§ **Your instructions**:
In the listing that follows, copy out each line that includes the word "degrees".
===============
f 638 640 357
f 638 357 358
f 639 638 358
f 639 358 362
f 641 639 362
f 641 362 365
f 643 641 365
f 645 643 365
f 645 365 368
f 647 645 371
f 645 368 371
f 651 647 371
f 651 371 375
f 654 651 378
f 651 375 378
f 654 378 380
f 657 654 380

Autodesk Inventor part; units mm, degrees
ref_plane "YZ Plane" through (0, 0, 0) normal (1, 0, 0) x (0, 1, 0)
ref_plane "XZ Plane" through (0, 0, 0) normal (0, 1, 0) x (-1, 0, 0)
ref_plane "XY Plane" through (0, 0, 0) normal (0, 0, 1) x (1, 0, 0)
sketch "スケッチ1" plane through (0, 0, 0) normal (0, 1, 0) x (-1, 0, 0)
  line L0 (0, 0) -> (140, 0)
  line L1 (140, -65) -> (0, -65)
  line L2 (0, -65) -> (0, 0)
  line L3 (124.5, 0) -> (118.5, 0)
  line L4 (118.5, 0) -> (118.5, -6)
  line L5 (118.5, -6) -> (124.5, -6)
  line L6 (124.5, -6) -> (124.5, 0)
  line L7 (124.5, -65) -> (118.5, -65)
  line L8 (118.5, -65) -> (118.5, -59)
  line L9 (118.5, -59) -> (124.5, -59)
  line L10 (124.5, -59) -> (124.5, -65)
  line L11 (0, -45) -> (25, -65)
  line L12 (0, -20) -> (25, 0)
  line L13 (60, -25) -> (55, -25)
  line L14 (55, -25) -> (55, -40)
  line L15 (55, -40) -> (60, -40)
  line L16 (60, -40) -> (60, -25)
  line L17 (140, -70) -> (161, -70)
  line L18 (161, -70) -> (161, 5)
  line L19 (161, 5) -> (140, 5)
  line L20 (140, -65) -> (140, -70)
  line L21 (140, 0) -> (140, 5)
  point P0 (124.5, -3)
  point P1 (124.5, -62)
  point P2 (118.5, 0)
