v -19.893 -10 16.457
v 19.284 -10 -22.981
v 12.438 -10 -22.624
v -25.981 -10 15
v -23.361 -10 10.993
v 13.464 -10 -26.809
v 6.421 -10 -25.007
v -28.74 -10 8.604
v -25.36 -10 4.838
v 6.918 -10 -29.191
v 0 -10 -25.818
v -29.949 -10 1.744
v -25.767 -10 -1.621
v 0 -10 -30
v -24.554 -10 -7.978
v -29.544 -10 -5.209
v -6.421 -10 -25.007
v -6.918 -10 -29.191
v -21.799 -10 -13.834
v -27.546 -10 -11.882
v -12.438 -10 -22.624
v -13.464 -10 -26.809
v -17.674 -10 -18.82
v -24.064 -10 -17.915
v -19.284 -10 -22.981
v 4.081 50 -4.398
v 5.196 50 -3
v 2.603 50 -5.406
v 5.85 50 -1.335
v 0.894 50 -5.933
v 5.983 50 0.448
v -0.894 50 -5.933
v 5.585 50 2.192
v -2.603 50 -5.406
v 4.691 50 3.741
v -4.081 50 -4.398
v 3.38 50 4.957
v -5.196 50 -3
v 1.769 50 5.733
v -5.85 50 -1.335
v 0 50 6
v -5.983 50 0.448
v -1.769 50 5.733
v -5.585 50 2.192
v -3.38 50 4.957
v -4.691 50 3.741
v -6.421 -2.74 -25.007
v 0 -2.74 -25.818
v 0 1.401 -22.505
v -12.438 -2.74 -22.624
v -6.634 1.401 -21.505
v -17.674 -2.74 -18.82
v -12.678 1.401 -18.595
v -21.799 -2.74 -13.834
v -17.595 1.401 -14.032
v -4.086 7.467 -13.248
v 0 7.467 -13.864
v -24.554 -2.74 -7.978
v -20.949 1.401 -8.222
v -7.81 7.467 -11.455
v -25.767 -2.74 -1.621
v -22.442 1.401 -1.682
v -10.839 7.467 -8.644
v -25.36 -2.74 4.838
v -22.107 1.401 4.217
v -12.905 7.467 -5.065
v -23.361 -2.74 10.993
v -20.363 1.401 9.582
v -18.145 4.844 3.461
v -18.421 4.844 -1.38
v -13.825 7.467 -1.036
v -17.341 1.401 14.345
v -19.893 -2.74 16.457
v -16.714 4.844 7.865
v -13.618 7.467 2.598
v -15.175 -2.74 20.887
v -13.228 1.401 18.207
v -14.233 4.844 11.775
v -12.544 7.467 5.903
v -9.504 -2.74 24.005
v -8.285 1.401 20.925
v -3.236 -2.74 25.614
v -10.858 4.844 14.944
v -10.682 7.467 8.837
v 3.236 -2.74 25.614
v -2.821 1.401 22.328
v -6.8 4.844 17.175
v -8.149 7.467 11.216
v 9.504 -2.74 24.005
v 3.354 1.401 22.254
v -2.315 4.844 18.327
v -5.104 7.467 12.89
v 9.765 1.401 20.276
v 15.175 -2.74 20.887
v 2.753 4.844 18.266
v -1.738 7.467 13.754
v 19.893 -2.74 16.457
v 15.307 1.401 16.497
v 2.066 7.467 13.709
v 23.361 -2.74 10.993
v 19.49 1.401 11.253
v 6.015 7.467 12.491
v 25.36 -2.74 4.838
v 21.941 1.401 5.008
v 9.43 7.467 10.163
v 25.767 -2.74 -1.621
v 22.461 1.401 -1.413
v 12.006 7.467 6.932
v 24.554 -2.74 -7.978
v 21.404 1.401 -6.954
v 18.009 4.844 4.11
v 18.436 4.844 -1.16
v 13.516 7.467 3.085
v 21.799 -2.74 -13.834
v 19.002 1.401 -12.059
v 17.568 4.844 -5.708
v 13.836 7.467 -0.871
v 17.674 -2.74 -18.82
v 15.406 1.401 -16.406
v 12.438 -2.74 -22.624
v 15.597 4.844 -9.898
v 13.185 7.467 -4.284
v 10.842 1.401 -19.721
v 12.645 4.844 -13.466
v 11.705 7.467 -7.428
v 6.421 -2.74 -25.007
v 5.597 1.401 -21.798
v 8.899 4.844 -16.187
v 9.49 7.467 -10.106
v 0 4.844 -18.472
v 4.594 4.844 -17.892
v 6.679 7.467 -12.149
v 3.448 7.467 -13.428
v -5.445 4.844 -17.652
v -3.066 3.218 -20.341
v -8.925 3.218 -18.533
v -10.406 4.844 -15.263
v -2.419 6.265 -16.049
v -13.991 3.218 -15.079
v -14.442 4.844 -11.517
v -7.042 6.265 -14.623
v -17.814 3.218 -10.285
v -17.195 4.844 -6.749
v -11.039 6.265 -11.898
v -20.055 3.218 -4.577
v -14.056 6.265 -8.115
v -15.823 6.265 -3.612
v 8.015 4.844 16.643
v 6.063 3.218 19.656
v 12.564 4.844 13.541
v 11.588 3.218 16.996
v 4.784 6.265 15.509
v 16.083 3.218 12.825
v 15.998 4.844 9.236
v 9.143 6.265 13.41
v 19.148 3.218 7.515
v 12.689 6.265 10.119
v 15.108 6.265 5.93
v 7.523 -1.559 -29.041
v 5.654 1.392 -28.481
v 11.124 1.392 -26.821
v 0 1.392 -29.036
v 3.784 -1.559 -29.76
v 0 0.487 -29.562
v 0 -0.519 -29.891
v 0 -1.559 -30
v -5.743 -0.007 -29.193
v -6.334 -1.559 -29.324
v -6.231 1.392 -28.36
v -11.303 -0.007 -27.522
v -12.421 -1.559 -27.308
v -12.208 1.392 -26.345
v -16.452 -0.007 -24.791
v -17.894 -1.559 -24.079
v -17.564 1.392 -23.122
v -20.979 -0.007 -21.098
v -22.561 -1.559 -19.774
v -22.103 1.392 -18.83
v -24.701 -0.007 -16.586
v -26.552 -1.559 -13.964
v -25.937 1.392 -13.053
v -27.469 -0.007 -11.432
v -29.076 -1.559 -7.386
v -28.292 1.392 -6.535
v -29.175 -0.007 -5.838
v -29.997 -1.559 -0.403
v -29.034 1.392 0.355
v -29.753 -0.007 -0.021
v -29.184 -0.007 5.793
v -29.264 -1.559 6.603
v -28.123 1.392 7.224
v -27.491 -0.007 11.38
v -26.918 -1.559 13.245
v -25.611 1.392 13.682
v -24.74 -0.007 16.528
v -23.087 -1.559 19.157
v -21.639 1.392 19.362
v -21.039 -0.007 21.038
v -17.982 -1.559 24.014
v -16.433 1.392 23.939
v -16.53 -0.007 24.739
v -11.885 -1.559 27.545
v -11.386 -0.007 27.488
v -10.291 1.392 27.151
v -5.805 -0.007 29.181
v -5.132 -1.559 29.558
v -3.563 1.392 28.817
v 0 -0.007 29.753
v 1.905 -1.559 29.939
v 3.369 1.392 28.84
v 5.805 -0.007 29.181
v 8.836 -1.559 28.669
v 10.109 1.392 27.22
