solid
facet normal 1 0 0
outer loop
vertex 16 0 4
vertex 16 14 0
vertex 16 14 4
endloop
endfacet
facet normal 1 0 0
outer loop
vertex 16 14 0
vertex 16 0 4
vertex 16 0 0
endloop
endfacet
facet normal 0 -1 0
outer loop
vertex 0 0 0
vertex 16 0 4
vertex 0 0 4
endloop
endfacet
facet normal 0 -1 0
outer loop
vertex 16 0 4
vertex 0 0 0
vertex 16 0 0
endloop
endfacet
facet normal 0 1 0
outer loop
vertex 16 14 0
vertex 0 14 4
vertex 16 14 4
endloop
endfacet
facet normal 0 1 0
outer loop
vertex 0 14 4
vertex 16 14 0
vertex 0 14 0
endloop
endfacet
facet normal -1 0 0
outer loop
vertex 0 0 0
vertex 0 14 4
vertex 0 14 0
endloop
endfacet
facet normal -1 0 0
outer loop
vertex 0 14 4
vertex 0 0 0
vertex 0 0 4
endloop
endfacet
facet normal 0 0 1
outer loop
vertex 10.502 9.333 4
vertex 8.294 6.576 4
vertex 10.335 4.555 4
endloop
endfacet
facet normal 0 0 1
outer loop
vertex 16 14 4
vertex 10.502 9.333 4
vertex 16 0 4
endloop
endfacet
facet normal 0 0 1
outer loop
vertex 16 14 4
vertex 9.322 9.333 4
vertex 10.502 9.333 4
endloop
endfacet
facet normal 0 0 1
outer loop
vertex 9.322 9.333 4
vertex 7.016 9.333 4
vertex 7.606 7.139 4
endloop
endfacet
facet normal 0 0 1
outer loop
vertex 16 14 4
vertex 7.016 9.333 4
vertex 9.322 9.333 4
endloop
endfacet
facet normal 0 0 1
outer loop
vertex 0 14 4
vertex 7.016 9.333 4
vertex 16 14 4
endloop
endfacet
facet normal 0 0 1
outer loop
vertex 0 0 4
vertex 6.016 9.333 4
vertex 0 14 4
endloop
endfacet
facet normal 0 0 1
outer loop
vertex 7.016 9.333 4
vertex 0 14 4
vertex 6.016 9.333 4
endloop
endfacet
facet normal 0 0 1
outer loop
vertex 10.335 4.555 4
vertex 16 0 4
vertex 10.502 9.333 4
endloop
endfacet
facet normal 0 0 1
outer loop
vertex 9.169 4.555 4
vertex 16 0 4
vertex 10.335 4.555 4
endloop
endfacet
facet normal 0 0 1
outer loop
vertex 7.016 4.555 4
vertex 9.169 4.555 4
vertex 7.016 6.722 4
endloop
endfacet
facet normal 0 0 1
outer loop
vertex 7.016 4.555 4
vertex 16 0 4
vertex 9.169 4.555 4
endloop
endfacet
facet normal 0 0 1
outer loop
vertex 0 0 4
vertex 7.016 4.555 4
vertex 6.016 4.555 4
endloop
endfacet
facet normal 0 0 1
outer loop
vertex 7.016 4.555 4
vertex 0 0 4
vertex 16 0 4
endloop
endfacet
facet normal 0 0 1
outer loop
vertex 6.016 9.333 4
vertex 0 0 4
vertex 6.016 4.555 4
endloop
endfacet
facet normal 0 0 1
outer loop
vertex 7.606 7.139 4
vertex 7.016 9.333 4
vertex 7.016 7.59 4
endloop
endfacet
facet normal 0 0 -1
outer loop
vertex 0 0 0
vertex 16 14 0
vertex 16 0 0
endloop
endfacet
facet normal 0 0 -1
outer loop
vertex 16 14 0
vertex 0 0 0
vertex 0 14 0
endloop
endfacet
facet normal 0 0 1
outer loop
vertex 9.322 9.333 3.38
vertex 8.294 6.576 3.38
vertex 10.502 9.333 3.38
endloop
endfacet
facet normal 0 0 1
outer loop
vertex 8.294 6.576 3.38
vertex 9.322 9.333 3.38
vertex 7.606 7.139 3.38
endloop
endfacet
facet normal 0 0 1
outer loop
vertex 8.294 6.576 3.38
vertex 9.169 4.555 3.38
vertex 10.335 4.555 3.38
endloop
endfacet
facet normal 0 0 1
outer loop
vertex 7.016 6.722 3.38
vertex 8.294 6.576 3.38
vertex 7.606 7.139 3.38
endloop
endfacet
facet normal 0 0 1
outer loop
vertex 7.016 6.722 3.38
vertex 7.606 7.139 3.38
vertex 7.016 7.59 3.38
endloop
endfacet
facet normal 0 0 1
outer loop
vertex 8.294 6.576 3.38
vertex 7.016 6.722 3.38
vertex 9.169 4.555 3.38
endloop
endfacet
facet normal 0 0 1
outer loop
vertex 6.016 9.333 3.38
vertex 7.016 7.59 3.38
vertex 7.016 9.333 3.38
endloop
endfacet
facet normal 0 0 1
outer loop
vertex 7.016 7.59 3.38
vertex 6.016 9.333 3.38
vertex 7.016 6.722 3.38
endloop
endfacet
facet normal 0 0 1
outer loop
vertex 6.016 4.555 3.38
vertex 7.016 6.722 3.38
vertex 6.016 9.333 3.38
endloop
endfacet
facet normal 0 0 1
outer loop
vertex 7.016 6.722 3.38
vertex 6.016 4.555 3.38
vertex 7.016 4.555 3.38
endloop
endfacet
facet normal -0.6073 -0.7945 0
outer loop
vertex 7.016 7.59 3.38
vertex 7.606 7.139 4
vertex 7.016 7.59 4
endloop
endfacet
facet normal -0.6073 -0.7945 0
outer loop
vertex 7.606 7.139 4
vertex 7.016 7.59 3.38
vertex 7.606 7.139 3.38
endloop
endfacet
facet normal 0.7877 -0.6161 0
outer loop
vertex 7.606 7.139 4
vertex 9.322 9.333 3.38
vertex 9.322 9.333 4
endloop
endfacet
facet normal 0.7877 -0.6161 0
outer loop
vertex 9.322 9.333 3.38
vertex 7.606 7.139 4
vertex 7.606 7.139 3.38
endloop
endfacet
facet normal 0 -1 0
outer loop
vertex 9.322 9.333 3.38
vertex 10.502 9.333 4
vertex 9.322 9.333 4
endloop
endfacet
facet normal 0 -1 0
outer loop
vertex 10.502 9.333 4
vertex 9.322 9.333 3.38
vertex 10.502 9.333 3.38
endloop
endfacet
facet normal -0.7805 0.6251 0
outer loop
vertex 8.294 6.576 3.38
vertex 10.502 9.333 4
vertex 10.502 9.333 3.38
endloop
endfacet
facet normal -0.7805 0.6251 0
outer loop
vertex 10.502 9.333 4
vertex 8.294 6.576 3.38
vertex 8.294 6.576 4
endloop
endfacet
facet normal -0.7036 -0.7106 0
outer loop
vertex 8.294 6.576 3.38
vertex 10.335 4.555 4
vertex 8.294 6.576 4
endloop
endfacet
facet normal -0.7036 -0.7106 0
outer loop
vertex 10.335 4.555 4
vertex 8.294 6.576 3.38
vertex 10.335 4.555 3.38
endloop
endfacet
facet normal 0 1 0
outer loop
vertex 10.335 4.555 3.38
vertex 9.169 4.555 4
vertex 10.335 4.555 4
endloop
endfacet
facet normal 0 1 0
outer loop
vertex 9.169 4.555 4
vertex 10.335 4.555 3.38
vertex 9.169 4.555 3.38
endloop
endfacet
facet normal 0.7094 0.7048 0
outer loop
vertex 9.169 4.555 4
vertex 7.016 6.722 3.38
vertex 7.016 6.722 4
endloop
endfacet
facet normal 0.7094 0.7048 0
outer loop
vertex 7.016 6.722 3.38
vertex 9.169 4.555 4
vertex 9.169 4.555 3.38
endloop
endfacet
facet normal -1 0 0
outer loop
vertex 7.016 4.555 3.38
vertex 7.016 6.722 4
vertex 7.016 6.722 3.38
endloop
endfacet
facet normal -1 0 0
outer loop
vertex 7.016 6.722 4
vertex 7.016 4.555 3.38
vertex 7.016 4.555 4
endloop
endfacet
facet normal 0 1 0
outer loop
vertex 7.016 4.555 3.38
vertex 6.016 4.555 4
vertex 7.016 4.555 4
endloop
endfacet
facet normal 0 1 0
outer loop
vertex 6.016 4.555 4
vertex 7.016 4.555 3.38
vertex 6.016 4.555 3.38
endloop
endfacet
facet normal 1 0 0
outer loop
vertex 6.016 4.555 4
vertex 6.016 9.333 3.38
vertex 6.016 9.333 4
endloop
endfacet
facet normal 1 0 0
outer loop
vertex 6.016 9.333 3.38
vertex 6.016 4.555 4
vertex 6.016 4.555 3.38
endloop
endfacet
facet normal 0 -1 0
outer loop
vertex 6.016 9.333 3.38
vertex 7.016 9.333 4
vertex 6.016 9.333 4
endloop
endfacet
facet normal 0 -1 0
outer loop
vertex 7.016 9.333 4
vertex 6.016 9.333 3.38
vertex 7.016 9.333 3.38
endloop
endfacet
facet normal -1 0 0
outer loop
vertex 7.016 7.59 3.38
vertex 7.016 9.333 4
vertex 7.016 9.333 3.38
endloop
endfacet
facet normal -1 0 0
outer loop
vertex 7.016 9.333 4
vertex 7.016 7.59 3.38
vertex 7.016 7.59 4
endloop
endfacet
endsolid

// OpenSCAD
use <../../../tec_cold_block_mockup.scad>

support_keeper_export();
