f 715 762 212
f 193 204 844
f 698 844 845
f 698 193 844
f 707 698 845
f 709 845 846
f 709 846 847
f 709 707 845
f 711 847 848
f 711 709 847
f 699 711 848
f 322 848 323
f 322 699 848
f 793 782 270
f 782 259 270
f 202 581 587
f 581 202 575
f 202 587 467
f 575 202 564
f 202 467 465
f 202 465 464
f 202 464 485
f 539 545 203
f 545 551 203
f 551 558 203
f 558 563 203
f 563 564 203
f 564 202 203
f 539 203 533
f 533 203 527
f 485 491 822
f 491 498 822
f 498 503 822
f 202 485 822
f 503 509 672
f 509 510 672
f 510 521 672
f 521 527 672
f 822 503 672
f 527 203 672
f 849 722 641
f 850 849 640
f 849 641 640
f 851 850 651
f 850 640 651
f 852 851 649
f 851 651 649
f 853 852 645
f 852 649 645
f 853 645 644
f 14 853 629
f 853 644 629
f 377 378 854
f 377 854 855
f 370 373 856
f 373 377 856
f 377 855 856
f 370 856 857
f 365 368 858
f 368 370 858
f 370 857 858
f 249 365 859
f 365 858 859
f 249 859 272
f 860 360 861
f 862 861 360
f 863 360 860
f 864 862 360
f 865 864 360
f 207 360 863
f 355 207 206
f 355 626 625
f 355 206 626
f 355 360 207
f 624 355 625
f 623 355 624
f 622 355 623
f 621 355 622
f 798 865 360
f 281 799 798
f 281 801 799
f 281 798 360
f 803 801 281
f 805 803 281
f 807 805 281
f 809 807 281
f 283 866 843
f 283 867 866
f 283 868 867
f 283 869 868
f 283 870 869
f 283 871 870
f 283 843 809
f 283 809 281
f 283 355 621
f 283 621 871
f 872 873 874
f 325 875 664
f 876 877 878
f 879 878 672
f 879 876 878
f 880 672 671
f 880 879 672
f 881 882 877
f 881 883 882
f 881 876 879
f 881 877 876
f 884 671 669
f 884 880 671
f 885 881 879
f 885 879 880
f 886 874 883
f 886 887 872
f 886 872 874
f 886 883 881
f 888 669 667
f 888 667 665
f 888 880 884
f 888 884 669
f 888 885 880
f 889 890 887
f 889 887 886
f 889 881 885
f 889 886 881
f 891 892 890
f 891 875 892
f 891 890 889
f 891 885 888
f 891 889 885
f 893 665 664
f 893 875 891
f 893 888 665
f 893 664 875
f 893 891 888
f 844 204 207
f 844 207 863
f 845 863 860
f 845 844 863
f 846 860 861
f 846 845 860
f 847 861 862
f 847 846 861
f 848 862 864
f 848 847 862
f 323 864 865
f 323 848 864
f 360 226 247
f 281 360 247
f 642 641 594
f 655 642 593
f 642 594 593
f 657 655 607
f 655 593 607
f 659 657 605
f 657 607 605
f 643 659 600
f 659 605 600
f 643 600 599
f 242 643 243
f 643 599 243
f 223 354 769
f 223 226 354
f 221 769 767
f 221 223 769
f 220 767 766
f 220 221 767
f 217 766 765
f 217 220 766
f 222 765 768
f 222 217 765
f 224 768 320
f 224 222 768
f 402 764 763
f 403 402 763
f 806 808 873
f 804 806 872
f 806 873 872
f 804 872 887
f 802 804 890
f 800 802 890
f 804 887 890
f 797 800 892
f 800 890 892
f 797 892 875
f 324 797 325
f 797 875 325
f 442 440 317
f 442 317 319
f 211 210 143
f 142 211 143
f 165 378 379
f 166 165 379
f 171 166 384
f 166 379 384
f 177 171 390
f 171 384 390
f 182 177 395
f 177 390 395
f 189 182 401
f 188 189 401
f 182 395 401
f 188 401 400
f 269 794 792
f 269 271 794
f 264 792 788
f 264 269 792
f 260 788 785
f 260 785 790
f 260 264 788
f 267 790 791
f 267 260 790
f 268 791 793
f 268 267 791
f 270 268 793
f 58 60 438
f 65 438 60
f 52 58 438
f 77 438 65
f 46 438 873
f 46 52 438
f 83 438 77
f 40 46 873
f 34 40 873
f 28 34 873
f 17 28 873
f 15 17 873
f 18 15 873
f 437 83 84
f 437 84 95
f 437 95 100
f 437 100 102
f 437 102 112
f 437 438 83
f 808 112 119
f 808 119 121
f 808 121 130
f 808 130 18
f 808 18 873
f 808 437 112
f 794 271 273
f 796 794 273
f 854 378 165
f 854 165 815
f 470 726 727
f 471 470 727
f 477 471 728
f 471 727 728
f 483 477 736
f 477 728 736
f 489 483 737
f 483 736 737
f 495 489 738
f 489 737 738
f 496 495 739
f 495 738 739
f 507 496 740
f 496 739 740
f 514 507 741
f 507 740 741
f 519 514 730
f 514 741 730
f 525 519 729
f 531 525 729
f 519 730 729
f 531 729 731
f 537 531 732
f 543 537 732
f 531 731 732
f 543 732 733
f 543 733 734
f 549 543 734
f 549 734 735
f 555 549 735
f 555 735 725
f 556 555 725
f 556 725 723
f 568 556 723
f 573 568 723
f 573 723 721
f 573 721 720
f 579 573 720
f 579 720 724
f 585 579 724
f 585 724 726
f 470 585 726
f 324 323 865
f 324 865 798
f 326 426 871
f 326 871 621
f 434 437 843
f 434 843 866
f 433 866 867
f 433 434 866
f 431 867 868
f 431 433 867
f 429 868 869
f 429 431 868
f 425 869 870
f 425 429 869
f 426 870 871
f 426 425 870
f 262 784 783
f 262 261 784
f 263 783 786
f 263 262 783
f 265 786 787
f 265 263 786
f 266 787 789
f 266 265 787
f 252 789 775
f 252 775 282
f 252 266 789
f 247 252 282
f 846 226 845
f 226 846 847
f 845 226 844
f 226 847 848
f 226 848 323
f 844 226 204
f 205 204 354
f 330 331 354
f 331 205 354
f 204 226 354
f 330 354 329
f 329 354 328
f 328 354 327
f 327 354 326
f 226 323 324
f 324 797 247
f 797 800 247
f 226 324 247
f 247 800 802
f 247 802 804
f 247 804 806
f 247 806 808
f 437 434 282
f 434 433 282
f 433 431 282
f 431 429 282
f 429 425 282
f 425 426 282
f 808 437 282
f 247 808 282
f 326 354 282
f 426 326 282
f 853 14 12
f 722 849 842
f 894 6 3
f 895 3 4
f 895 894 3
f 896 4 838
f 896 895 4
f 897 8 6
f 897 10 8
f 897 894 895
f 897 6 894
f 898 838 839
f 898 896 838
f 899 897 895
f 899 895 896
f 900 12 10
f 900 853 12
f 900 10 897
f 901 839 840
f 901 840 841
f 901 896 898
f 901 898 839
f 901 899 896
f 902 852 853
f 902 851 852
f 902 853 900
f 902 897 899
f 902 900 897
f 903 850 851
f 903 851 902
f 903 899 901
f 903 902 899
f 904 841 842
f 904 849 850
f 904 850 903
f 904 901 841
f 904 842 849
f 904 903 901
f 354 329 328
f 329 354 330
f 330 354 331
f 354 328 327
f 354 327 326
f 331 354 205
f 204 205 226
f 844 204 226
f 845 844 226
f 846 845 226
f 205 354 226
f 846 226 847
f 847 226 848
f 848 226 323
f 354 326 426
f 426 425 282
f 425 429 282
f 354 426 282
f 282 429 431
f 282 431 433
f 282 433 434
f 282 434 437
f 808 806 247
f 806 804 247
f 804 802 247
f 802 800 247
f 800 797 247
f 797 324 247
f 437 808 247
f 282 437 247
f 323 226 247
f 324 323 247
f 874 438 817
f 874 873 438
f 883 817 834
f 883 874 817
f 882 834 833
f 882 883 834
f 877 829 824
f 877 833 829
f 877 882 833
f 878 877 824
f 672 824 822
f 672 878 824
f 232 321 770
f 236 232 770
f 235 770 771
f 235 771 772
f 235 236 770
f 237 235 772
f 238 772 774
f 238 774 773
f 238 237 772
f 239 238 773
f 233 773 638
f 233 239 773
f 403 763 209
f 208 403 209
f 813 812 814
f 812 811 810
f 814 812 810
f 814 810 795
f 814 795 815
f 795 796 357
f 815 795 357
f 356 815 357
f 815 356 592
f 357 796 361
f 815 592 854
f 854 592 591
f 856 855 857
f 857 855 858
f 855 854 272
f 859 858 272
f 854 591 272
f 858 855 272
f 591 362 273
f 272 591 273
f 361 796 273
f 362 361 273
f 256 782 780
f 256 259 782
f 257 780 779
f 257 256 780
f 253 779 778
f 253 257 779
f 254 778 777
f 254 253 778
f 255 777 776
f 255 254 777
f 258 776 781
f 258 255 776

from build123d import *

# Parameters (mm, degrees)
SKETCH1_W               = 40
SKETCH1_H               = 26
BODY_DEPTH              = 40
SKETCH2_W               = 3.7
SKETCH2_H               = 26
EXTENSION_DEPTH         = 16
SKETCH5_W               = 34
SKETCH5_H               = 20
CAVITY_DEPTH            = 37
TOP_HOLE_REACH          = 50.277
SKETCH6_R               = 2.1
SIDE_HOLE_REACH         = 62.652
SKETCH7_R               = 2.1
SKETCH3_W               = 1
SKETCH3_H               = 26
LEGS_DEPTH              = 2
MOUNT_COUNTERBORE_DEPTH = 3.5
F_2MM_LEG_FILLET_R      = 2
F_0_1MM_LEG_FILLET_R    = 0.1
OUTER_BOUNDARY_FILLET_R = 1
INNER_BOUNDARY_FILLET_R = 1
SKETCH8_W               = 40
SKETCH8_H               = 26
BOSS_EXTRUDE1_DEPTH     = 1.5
===============
§ **Finished exercise**:
Autodesk Inventor part; units mm, degrees
# Parameters (mm, degrees)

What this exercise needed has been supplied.